The Lessons of Greece

A few weeks ago, debt-burdened Greece reached a tentative bailout deal with creditors to save itself from economic collapse—at least for now.

With the deal, the country of 11 million has a lifeline for the next three years, and the threat of it leaving the euro has been at least temporarily defused.

But the Greek drama ended up hurting many U.S. investors. Or more precisely, it spurred them to inflict damage on their own investment portfolios. In the volatile weeks and months leading up to the bailout, countless investors made emotion-based decisions to buy or sell.

Many feared that a contagion from Greece would spread throughout the eurozone, creating real trouble for global markets and their own investments. It’s safe to assume that even a great number of investors who were fuzzy on the facts hit the sell button as part of a herd mentality.
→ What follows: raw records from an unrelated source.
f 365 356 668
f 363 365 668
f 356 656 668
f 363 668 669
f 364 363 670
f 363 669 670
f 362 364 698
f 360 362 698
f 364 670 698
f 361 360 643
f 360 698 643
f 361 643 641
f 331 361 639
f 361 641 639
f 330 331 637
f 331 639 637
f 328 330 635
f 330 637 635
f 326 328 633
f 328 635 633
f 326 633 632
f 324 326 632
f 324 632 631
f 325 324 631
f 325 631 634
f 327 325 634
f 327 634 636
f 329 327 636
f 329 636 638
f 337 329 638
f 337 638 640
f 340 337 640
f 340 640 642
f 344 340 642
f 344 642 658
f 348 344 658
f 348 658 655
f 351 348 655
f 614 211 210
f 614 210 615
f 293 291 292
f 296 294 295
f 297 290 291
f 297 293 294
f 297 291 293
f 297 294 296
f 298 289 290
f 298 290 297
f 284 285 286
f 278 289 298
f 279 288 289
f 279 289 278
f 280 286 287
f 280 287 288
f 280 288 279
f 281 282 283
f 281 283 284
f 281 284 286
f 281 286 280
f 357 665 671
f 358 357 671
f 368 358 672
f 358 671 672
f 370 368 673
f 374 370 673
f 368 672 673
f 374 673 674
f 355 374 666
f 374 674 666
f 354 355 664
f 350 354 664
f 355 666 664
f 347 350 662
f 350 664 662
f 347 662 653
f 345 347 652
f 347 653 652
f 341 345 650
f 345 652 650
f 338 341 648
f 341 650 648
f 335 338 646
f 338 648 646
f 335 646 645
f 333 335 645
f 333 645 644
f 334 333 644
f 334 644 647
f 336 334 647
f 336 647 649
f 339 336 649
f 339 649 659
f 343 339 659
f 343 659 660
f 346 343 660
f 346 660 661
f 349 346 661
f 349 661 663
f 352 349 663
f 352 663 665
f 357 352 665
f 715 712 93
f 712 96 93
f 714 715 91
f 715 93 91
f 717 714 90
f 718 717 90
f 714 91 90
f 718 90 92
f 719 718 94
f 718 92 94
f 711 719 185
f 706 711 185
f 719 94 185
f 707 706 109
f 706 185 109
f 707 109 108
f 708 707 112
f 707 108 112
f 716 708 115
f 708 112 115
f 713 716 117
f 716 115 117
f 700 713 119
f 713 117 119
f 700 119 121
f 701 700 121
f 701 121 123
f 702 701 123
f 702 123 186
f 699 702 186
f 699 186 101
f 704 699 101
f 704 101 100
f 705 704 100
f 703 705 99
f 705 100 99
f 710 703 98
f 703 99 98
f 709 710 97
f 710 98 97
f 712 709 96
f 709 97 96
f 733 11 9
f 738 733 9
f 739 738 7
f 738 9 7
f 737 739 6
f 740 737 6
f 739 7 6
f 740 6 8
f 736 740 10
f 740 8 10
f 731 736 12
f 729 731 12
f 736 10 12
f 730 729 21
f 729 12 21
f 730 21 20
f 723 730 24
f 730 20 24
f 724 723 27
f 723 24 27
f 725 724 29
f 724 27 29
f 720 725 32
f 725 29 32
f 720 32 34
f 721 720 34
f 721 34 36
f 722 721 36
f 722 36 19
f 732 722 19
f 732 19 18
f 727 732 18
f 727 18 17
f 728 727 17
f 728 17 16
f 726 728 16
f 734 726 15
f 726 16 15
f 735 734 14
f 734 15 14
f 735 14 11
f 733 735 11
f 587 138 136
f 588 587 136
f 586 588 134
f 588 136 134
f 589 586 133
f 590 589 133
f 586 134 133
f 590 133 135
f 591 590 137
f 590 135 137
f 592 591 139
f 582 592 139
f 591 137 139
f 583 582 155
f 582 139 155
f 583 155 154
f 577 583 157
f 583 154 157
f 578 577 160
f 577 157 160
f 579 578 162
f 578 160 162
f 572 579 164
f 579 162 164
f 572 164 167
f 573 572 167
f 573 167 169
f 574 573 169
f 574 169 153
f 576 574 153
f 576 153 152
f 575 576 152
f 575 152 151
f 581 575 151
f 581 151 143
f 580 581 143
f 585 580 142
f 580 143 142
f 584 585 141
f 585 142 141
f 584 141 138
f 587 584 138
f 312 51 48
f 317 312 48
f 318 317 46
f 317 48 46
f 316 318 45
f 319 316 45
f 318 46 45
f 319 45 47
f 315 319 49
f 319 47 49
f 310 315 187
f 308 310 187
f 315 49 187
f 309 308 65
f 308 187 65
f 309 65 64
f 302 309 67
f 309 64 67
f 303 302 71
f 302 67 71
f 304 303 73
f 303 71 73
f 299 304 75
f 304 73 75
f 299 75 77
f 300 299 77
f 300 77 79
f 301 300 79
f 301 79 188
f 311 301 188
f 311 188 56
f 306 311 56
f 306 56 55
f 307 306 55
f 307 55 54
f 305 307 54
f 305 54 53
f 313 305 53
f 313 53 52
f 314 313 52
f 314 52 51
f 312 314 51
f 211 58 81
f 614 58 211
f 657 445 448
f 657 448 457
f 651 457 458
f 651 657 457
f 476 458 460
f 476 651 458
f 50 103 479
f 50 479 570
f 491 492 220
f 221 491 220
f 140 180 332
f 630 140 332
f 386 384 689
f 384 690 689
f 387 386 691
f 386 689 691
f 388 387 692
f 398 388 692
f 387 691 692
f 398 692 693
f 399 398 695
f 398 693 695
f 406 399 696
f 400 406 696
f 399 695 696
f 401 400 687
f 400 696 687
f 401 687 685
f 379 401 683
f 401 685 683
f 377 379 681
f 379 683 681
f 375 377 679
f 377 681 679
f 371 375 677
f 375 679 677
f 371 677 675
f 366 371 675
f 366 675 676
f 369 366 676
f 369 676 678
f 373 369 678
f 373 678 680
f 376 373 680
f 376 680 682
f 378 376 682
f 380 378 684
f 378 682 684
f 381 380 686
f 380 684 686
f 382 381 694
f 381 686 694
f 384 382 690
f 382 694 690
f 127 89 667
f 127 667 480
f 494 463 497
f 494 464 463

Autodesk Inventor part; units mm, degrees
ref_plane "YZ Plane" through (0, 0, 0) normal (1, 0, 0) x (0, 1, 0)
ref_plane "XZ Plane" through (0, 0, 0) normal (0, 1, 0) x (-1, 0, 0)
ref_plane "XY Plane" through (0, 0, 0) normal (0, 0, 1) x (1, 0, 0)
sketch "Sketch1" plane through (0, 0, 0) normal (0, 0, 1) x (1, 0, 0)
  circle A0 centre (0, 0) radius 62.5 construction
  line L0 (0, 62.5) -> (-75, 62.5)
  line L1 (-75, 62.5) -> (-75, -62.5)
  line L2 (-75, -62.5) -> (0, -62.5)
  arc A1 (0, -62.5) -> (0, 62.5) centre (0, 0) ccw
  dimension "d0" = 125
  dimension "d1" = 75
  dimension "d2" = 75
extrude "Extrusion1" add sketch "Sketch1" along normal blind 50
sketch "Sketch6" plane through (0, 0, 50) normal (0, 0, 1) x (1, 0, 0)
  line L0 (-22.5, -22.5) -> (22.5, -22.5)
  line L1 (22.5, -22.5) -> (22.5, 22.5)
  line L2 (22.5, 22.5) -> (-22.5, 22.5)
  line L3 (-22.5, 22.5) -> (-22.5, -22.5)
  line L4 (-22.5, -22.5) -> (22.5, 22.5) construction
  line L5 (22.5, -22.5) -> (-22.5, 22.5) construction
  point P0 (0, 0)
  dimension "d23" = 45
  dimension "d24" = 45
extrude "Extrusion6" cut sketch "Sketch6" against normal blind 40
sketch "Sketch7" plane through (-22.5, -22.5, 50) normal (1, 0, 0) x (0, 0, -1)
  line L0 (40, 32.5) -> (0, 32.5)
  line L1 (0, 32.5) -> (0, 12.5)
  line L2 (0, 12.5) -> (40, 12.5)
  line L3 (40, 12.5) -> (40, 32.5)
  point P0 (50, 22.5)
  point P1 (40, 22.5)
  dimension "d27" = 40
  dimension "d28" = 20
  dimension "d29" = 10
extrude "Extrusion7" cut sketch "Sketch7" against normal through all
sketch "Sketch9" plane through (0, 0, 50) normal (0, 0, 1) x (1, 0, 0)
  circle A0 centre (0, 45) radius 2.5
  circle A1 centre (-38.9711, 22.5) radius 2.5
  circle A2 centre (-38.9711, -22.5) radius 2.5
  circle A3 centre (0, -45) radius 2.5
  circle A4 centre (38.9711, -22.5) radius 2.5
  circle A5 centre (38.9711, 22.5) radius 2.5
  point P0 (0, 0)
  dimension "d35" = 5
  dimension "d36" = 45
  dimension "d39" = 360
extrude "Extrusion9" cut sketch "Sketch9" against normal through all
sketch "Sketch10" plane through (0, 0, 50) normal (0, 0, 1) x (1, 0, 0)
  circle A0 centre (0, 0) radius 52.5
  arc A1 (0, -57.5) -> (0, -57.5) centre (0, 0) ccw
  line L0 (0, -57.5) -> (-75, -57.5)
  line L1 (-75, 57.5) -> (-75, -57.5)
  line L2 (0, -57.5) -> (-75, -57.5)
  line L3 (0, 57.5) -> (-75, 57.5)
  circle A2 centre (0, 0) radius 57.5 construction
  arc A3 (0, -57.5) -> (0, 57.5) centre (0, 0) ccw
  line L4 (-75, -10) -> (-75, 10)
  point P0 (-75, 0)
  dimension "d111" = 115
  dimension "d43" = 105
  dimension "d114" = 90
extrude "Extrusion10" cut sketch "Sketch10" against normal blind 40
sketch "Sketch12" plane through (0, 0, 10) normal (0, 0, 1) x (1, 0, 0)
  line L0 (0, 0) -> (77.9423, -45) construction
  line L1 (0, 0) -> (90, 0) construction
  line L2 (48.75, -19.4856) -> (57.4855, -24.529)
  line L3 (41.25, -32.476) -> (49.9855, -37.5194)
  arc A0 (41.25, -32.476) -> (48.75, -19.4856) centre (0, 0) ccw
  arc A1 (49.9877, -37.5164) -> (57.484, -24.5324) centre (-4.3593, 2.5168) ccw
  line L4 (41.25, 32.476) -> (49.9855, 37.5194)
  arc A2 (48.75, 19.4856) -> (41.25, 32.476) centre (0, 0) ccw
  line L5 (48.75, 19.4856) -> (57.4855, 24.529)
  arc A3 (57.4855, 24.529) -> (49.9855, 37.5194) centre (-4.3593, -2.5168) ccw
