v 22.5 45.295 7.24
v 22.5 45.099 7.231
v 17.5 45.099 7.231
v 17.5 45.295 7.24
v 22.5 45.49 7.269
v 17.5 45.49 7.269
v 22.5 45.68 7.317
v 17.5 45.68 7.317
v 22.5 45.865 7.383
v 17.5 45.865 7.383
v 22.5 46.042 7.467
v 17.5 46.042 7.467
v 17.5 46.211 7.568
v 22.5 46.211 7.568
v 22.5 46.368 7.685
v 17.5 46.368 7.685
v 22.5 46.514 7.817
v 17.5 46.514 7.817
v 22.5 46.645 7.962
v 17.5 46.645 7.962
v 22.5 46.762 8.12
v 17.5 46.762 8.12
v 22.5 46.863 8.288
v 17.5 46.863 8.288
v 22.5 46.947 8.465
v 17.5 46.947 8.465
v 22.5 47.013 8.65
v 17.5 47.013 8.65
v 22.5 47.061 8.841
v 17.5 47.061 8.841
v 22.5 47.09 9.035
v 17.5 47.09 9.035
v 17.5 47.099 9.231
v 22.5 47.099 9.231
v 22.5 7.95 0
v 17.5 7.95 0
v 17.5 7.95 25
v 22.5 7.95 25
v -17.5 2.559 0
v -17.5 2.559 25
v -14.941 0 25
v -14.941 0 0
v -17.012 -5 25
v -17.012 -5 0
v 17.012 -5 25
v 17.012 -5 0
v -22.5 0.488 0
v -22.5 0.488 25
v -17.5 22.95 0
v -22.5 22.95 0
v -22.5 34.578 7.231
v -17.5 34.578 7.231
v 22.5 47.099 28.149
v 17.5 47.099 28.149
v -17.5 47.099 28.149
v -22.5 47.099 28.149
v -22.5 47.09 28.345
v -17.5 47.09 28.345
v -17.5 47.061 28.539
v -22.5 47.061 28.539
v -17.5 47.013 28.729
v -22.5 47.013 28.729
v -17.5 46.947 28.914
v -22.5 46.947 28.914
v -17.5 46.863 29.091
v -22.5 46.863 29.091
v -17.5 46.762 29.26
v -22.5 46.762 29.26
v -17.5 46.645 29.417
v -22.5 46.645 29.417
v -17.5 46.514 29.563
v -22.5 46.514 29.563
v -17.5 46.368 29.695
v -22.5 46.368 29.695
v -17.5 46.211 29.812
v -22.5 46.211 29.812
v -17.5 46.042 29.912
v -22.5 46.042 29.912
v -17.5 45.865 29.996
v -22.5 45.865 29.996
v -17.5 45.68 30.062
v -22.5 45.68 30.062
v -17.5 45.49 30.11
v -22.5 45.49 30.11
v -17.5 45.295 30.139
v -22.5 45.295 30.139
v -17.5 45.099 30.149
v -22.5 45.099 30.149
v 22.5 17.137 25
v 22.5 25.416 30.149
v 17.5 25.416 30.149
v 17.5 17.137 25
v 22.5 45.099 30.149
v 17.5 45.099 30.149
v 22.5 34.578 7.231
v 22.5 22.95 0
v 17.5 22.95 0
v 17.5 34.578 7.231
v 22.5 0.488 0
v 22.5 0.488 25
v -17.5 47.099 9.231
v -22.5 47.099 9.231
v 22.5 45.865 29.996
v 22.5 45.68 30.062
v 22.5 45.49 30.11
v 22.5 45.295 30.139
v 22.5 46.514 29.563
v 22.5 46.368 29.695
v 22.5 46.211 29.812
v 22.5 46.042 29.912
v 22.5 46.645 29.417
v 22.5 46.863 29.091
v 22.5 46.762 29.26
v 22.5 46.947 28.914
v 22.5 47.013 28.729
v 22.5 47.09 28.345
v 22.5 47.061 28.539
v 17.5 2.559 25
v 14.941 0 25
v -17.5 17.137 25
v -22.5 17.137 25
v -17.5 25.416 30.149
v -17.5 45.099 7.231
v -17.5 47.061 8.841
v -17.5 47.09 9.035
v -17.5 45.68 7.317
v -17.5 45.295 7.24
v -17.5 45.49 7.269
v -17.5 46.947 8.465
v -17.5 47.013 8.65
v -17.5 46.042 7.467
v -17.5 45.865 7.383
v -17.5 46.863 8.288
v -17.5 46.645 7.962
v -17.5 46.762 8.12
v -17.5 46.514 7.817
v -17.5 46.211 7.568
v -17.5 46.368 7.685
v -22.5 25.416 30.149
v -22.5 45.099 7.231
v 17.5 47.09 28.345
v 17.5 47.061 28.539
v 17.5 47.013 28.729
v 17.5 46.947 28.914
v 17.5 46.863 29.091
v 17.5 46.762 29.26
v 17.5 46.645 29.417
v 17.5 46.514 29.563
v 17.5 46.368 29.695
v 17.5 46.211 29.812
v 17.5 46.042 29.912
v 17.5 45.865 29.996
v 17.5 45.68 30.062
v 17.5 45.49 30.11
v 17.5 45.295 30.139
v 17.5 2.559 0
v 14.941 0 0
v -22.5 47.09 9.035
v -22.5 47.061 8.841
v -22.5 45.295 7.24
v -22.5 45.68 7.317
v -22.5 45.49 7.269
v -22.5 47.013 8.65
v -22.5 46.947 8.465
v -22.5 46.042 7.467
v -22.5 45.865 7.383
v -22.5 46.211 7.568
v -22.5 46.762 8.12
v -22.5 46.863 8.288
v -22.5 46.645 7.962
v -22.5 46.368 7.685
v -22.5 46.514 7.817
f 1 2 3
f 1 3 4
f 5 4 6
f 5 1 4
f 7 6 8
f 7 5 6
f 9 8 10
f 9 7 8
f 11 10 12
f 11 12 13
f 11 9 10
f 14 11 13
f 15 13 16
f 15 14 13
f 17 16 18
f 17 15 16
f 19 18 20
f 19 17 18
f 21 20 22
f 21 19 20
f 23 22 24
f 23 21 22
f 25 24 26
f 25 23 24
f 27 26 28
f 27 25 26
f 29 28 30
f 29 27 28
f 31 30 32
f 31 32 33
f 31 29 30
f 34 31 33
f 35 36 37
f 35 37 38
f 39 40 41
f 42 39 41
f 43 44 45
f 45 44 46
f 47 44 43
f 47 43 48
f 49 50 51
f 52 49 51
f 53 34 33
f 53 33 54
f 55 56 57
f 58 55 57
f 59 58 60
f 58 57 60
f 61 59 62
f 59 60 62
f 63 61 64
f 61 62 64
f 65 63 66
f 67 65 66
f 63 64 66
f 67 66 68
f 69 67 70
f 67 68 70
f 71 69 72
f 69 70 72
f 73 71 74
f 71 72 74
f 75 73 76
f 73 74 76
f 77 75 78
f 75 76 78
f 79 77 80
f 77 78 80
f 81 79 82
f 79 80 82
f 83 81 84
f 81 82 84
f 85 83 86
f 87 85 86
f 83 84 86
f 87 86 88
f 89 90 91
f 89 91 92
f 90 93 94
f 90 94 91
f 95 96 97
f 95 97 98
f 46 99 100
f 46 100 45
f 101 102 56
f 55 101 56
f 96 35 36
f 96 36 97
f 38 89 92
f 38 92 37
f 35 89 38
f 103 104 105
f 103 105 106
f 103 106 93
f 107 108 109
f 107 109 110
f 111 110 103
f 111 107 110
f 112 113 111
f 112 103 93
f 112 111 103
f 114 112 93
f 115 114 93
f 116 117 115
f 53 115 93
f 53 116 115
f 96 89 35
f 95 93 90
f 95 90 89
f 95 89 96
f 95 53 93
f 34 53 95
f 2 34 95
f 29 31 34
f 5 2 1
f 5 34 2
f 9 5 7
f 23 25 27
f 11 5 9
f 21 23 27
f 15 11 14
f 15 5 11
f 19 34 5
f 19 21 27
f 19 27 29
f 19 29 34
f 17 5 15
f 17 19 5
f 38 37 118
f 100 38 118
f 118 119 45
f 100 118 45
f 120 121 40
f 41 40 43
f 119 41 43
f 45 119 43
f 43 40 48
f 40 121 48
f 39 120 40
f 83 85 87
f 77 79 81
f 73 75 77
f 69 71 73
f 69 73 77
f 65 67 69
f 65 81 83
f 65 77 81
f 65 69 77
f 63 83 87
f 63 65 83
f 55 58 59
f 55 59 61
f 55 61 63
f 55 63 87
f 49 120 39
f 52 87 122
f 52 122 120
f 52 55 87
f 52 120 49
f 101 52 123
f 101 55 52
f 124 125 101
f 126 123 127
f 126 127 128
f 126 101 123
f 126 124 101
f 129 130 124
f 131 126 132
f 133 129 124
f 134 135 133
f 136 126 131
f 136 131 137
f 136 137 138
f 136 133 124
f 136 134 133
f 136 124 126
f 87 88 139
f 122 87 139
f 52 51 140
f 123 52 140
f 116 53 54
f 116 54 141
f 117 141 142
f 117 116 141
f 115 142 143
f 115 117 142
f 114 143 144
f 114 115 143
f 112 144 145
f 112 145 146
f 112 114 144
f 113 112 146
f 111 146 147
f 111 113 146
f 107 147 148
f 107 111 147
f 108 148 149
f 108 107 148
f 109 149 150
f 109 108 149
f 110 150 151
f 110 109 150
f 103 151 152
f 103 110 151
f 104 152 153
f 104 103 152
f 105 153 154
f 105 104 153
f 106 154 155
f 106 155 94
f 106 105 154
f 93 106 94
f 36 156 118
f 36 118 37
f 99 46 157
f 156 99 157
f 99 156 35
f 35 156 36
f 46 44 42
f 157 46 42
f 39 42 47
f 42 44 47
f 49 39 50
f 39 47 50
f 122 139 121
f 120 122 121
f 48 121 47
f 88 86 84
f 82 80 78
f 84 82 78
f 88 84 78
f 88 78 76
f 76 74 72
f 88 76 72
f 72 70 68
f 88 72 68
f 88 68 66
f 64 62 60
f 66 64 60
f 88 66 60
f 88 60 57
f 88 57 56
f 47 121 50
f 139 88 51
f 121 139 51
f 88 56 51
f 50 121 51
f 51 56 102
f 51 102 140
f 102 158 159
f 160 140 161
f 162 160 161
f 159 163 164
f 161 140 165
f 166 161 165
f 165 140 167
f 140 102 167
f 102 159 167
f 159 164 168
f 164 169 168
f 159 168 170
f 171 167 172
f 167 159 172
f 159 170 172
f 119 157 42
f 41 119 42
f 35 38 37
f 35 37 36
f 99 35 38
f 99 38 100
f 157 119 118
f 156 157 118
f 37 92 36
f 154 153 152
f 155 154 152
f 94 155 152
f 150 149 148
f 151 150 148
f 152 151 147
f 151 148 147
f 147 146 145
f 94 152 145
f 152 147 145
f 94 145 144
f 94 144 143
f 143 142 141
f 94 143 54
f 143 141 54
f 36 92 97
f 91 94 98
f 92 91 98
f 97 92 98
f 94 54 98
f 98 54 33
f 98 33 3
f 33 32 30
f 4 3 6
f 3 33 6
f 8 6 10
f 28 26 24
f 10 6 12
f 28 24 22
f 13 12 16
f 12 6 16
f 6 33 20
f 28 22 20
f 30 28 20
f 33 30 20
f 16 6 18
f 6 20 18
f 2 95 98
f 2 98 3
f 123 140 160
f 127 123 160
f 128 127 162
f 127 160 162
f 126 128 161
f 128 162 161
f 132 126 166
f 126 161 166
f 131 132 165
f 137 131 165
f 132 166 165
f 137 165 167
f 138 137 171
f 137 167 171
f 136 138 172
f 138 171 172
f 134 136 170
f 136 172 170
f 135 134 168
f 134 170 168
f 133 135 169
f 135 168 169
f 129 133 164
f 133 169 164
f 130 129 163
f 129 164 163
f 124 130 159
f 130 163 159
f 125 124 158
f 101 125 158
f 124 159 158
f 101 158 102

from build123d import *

# Parameters (mm, degrees)
BOSS_EXTRUDE1_DEPTH = 25
BOSS_EXTRUDE3_DEPTH = 5


with BuildPart() as part:
    # Sketch1 → Boss-Extrude1 (new body)
    with BuildSketch(Plane.XY):
        Polygon((-17.5, 7.949579473), (-17.5, 2.559294279), (-14.940705721, 0), (0, 0), (14.940705721, 0), (17.5, 2.559294279), (17.5, 7.949579473), (22.5, 7.949579473), (22.5, 0.488226467), (17.011773533, -5), (0, -5), (-17.011773533, -5), (-22.5, 0.488226467), (-22.5, 7.949579473), align=None)
    extrude(amount=BOSS_EXTRUDE1_DEPTH)


with BuildPart() as body_2:
    # Sketch3 → Boss-Extrude3 (new body)
    with BuildSketch(Plane(origin=(22.5, 0, 0), x_dir=(0, 0, -1), z_dir=(1, 0, 0))):
        with BuildLine():
            Line((-25, 7.949579473), (0, 7.949579473))
            Line((0, 7.949579473), (0, 22.949579473))
            Line((0, 22.949579473), (-7.230778036, 34.577519471))
            Line((-7.230778036, 34.577519471), (-7.230778036, 45.099433505))
            ThreePointArc((-7.230778036, 45.099433505), (-7.816564474, 46.513647067), (-9.230778036, 47.099433505))
            Line((-9.230778036, 47.099433505), (-28.148577305, 47.099433505))
            ThreePointArc((-28.148577305, 47.099433505), (-29.562790867, 46.513647067), (-30.148577305, 45.099433505))
            Line((-30.148577305, 45.099433505), (-30.148577305, 25.416180597))
            Line((-30.148577305, 25.416180597), (-25, 17.136663832))
            Line((-25, 17.136663832), (-25, 7.949579473))
        make_face()
    boss_extrude3 = extrude(amount=-BOSS_EXTRUDE3_DEPTH)


with BuildPart() as part_1:
    add(part.part)

    # Mirror5: Boss-Extrude3 across plane
    add(boss_extrude3.mirror(Plane.ZY))


solid = Compound([body_2.part, part_1.part])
The Greek crisis was a classic test of investors’ discipline. And it’s a safe bet that by selling impulsively, many wound up losing money—and losing ground in the race to achieve their financial goals.

As veteran financial advisors, we’ve seen fear-based selling countless times over the years. We appreciate that when scary headlines appear, when markets are veering up and down, and when fellow investors are heading for the exits, it’s hard to stand pat.

But if anything is true about the markets, it’s that volatility is normal. In the short term, markets go up and down just like waves on the ocean. Investors will well-balanced portfolios, however, have the perfect vehicle for riding out that volatility.

Diversified, long-term portfolios can help ensure that our ride is as smooth as possible. By counterbalancing investments with different characteristics, we can avoid the worst of the market’s losses. As a result, our money can grow more quickly when markets are favorable.

We can rest assured that there will be more “crises” ahead, and more market volatility. One possibility is China, where a slowing economy has recently rattled markets and may do so again.

But short-term headlines are no reason to make significant changes to a portfolio. There are indeed factors that can make it worthwhile to redesign your portfolio—changes in your goals, your risk tolerance or your time horizon are examples.

But scary headlines, like those that came out of Greece lately, shouldn’t prompt you to make any major change. As an investor, sometimes the hardest thing to do is nothing. But doing nothing can also be the best decision you make.